Top of Task material

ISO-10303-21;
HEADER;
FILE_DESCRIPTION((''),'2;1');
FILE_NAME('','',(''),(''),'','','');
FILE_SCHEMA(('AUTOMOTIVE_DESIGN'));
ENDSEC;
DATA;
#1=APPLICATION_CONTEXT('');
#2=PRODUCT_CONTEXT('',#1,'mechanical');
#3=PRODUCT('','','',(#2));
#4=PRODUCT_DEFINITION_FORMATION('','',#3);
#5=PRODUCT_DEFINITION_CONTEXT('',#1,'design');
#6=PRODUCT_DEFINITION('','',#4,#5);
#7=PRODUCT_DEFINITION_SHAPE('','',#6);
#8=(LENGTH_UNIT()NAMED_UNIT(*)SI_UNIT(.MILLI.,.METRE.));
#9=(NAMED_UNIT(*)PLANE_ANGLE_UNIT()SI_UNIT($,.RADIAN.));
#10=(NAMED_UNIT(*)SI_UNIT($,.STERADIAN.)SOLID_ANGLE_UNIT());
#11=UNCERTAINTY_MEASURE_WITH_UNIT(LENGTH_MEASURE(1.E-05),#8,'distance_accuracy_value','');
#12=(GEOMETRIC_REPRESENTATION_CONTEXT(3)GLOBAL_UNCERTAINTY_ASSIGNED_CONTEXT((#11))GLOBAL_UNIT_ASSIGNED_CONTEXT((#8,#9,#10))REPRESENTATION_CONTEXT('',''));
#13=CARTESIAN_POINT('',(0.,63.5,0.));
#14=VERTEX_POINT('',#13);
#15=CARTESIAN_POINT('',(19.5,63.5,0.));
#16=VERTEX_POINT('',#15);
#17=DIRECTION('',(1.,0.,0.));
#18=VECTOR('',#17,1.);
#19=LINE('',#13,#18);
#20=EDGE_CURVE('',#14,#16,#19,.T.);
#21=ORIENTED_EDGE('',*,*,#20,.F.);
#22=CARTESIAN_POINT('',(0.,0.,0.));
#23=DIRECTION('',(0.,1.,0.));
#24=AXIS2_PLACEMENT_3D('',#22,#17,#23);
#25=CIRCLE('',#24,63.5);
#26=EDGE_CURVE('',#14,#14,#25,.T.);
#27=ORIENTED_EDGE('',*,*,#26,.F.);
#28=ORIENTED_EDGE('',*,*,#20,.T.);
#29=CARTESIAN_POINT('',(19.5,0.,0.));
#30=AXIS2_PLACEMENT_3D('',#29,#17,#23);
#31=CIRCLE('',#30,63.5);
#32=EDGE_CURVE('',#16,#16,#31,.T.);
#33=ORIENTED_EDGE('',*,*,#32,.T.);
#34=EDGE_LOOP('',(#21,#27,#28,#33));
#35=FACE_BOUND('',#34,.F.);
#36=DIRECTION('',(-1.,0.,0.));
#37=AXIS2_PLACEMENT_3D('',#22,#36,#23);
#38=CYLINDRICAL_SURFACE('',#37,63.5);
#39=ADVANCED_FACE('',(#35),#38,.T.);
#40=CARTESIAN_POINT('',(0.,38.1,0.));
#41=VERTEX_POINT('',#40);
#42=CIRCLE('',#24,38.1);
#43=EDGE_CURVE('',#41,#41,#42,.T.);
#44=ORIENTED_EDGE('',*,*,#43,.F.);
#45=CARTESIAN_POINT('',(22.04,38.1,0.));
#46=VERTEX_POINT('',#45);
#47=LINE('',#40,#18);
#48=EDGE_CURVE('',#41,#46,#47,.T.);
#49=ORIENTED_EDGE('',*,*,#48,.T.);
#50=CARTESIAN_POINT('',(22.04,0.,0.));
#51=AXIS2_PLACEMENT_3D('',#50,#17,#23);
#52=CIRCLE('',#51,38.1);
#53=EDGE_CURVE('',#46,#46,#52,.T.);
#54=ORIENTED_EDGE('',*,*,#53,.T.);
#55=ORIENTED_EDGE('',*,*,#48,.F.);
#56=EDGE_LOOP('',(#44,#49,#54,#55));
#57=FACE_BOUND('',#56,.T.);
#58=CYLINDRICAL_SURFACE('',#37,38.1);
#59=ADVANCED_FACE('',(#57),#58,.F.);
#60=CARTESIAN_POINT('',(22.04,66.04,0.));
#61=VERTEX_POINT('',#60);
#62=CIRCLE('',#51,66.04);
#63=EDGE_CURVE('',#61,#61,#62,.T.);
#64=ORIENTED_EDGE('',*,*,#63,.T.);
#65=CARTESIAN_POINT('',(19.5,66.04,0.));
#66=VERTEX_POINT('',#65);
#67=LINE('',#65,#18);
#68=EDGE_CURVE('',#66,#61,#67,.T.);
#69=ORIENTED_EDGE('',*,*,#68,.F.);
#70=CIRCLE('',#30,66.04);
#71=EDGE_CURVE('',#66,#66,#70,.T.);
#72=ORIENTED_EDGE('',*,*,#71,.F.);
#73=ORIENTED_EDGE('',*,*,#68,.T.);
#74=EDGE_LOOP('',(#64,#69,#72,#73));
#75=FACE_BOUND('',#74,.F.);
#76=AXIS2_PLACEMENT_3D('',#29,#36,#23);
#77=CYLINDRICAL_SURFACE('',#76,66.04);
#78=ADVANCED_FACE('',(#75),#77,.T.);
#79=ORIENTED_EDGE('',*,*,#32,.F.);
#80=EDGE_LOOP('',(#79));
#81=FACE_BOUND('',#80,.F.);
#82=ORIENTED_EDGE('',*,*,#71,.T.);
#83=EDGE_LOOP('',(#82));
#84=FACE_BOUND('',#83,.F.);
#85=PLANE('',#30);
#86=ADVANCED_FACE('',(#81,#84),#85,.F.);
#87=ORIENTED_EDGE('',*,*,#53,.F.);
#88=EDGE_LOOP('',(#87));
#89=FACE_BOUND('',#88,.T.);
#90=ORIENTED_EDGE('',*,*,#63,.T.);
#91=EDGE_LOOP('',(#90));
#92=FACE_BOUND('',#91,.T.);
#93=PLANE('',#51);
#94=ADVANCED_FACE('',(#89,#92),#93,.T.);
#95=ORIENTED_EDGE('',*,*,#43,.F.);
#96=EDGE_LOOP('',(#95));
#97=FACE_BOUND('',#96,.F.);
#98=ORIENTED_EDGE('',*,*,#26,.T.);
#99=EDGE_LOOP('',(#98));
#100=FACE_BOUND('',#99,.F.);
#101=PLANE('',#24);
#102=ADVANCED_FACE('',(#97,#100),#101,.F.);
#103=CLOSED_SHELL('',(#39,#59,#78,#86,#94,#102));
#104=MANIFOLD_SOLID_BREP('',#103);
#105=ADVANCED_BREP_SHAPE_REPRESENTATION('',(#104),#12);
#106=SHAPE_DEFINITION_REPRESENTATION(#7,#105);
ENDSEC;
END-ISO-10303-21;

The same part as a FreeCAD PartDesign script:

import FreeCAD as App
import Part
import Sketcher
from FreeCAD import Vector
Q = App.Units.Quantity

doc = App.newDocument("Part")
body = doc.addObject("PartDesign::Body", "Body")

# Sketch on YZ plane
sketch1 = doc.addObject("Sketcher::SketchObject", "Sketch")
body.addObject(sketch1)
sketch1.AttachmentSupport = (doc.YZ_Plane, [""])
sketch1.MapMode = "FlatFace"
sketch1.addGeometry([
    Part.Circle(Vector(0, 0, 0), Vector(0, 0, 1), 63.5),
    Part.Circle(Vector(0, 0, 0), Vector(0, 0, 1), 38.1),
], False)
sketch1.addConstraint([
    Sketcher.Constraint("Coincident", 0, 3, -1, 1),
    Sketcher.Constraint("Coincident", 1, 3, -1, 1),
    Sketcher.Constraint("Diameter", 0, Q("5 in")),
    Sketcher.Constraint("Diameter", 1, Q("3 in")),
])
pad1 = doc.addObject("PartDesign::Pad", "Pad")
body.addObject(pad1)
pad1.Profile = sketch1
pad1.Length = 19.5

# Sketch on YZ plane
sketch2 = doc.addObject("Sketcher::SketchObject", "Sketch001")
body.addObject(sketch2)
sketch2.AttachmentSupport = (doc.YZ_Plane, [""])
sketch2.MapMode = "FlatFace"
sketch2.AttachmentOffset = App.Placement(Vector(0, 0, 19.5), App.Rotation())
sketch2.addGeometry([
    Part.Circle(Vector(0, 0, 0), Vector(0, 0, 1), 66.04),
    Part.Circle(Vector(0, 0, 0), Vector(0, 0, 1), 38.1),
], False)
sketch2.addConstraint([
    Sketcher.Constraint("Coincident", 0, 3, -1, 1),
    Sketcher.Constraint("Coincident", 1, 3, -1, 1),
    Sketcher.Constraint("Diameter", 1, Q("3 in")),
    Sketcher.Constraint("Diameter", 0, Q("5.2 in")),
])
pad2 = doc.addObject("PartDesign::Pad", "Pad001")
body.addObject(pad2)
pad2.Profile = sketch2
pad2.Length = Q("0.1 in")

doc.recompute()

Bottom of Task material
Top of Task material

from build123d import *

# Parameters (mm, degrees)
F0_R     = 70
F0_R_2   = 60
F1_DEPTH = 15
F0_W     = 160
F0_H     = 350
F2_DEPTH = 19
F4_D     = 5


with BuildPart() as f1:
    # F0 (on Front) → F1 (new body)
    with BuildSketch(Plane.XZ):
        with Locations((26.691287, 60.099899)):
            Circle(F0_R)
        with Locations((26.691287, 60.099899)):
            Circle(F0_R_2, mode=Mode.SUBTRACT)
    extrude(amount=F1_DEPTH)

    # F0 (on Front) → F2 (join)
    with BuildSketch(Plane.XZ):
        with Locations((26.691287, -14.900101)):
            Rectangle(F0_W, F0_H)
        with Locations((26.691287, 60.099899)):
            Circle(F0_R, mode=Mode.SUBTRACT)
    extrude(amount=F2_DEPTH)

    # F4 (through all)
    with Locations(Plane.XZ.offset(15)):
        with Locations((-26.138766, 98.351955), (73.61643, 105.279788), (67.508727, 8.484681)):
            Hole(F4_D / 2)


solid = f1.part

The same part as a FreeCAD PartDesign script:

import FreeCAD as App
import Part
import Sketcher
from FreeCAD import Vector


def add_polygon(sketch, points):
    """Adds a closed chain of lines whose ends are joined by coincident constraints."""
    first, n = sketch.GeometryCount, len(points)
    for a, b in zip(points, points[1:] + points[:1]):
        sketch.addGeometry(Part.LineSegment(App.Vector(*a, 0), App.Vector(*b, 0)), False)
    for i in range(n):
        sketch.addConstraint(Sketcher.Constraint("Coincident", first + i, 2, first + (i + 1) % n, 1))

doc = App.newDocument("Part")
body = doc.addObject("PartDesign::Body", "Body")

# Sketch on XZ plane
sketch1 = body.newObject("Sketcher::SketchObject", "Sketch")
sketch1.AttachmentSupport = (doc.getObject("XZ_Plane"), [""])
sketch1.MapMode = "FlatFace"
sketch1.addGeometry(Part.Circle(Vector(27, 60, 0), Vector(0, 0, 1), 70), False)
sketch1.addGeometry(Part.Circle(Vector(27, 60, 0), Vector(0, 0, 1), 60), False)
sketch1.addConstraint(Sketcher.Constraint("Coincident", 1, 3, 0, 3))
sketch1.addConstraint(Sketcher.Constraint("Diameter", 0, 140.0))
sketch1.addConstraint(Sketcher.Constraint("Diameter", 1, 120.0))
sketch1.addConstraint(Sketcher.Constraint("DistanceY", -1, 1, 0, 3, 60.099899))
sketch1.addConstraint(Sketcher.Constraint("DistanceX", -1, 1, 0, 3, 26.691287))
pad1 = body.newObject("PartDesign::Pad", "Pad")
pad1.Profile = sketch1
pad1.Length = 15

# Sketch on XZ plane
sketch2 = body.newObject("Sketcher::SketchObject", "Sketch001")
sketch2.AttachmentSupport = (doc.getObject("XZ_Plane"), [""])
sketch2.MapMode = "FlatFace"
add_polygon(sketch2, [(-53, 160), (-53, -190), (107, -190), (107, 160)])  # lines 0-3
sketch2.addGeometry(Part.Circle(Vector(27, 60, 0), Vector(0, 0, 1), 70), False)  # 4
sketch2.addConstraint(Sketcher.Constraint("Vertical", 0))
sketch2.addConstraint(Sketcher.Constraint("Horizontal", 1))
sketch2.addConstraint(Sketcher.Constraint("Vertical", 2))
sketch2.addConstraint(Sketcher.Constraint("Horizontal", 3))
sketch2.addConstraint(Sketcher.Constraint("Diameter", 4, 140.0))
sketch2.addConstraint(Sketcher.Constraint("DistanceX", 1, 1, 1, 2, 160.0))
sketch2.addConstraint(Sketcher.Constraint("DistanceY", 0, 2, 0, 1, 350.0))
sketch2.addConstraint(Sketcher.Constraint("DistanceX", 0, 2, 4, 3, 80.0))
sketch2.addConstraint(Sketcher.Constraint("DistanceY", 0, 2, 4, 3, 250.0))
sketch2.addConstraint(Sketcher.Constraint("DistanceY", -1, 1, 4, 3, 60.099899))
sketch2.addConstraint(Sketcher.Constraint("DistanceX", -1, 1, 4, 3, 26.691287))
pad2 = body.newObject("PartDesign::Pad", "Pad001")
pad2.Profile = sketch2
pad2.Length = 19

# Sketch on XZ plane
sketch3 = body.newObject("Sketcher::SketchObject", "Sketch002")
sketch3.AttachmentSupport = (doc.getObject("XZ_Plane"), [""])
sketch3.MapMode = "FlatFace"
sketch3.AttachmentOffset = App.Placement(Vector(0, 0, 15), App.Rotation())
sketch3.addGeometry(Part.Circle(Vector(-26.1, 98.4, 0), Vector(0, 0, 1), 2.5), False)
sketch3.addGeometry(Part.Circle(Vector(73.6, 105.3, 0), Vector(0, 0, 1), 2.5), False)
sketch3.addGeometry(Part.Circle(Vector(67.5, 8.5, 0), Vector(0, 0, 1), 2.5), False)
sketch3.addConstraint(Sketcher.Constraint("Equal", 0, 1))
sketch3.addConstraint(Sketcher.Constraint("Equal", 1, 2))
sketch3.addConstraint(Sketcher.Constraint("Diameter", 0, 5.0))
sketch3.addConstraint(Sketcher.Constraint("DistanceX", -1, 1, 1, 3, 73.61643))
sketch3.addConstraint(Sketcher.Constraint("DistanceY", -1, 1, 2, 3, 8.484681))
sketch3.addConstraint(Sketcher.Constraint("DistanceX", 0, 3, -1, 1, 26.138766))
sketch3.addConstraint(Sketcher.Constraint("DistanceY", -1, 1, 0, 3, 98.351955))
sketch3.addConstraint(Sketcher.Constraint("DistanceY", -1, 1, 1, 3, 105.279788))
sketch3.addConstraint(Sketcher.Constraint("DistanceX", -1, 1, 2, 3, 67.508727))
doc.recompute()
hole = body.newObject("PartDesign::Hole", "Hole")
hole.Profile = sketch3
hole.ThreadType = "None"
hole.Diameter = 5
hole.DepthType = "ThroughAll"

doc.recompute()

Bottom of Task material

To do
For this exercise, repeat exactly the lines of the data above from the one with "#77=CYLINDRICAL_SURFACE('',#76,66.04);" down to the one with "#88=EDGE_LOOP('',(#87));", both end lines included.

Output of the task
#77=CYLINDRICAL_SURFACE('',#76,66.04);
#78=ADVANCED_FACE('',(#75),#77,.T.);
#79=ORIENTED_EDGE('',*,*,#32,.F.);
#80=EDGE_LOOP('',(#79));
#81=FACE_BOUND('',#80,.F.);
#82=ORIENTED_EDGE('',*,*,#71,.T.);
#83=EDGE_LOOP('',(#82));
#84=FACE_BOUND('',#83,.F.);
#85=PLANE('',#30);
#86=ADVANCED_FACE('',(#81,#84),#85,.F.);
#87=ORIENTED_EDGE('',*,*,#53,.F.);
#88=EDGE_LOOP('',(#87));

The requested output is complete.